◆ **WORK TO COMPLETE**
Produce word for word the lines of the data below running from the one that has "f 276 318 295" to the one that has "f 358 22 359", inclusive, and no others.
(RECORDS FOR THE EXERCISE)
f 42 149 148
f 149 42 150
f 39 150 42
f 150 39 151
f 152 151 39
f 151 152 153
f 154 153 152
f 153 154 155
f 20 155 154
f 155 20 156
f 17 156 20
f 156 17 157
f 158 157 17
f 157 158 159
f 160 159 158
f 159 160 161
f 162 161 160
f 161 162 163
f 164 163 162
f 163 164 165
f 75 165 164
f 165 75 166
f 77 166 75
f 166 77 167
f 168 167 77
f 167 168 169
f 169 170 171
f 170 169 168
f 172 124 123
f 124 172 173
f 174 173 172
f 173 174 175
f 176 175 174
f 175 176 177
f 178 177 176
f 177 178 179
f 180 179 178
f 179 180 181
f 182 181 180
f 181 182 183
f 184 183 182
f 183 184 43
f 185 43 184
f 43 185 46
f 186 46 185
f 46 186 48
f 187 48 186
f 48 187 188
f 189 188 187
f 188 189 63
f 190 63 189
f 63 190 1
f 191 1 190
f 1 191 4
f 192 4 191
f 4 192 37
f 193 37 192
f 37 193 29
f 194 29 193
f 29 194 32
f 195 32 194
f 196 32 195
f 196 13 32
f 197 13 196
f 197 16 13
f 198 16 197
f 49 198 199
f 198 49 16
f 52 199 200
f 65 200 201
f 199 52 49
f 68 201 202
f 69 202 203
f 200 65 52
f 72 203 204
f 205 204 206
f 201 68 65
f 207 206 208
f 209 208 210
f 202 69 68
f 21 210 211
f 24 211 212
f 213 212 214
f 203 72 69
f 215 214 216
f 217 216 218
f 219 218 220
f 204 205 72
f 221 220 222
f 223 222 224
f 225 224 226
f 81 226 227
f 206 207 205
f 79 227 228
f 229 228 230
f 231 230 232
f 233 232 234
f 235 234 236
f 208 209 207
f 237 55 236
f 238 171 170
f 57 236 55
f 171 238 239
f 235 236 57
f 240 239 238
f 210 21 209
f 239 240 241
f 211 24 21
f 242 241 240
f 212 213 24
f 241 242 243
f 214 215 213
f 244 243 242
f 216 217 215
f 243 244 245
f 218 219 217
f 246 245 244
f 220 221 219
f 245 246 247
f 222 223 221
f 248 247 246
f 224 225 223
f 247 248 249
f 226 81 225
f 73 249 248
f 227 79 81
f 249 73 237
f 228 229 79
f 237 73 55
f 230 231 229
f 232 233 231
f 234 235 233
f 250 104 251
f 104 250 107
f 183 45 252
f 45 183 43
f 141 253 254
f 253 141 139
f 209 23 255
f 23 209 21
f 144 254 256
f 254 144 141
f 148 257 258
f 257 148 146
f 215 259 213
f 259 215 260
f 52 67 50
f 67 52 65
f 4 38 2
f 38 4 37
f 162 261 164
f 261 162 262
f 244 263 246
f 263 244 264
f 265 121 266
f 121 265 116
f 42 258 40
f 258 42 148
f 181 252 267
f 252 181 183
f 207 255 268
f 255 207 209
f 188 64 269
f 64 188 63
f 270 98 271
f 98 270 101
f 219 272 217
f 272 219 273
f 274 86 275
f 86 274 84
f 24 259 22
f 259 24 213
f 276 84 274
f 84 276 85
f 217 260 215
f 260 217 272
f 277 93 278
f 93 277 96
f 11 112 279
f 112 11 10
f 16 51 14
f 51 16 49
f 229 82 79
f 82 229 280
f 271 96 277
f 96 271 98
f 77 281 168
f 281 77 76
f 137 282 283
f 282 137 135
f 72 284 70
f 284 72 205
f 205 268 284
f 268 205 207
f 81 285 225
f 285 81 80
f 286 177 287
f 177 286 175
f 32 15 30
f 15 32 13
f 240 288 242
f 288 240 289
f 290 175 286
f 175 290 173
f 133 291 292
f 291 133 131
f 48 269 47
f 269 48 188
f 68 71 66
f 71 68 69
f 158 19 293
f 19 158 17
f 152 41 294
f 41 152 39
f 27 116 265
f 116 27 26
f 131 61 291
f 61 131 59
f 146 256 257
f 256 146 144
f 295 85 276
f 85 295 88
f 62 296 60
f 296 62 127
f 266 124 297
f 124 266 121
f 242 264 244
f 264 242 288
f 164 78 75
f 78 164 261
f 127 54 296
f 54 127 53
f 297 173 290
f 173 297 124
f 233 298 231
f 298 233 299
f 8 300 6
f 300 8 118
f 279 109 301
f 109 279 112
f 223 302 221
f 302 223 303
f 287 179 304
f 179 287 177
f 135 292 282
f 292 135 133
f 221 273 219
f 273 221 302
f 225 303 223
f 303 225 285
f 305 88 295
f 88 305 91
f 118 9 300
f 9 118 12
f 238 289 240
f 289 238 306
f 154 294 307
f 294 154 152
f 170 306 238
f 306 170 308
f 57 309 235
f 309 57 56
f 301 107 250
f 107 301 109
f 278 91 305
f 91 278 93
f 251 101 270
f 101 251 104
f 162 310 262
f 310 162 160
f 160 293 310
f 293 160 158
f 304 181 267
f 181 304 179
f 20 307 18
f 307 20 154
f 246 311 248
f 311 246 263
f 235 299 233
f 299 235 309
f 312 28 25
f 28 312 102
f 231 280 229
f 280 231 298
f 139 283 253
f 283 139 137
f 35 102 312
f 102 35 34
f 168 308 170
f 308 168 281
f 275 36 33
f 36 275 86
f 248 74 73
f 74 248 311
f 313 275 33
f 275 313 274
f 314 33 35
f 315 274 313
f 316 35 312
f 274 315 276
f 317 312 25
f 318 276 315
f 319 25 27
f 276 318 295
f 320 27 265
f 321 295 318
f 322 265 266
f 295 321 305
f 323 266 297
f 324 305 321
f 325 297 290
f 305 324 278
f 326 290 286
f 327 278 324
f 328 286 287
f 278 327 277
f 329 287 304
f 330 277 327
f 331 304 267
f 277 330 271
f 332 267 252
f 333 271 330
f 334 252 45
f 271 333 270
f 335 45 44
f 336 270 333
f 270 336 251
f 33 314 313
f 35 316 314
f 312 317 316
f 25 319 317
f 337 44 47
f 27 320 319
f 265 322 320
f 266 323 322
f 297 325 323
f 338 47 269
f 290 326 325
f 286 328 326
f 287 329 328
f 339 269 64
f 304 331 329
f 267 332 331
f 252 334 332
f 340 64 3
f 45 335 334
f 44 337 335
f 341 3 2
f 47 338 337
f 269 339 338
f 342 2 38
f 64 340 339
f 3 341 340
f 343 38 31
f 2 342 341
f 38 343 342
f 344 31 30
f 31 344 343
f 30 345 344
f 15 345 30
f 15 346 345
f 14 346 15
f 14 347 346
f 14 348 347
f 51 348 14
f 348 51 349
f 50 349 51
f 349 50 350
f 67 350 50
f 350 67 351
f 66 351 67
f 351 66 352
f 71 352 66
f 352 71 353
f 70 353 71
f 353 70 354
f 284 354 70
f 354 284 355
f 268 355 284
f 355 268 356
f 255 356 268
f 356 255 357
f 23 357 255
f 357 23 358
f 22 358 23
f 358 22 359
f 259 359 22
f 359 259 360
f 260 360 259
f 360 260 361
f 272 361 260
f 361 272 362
(End RECORDS FOR THE EXERCISE)
◆ **ANSWER AREA**
f 276 318 295
f 320 27 265
f 321 295 318
f 322 265 266
f 295 321 305
f 323 266 297
f 324 305 321
f 325 297 290
f 305 324 278
f 326 290 286
f 327 278 324
f 328 286 287
f 278 327 277
f 329 287 304
f 330 277 327
f 331 304 267
f 277 330 271
f 332 267 252
f 333 271 330
f 334 252 45
f 271 333 270
f 335 45 44
f 336 270 333
f 270 336 251
f 33 314 313
f 35 316 314
f 312 317 316
f 25 319 317
f 337 44 47
f 27 320 319
f 265 322 320
f 266 323 322
f 297 325 323
f 338 47 269
f 290 326 325
f 286 328 326
f 287 329 328
f 339 269 64
f 304 331 329
f 267 332 331
f 252 334 332
f 340 64 3
f 45 335 334
f 44 337 335
f 341 3 2
f 47 338 337
f 269 339 338
f 342 2 38
f 64 340 339
f 3 341 340
f 343 38 31
f 2 342 341
f 38 343 342
f 344 31 30
f 31 344 343
f 30 345 344
f 15 345 30
f 15 346 345
f 14 346 15
f 14 347 346
f 14 348 347
f 51 348 14
f 348 51 349
f 50 349 51
f 349 50 350
f 67 350 50
f 350 67 351
f 66 351 67
f 351 66 352
f 71 352 66
f 352 71 353
f 70 353 71
f 353 70 354
f 284 354 70
f 354 284 355
f 268 355 284
f 355 268 356
f 255 356 268
f 356 255 357
f 23 357 255
f 357 23 358
f 22 358 23
f 358 22 359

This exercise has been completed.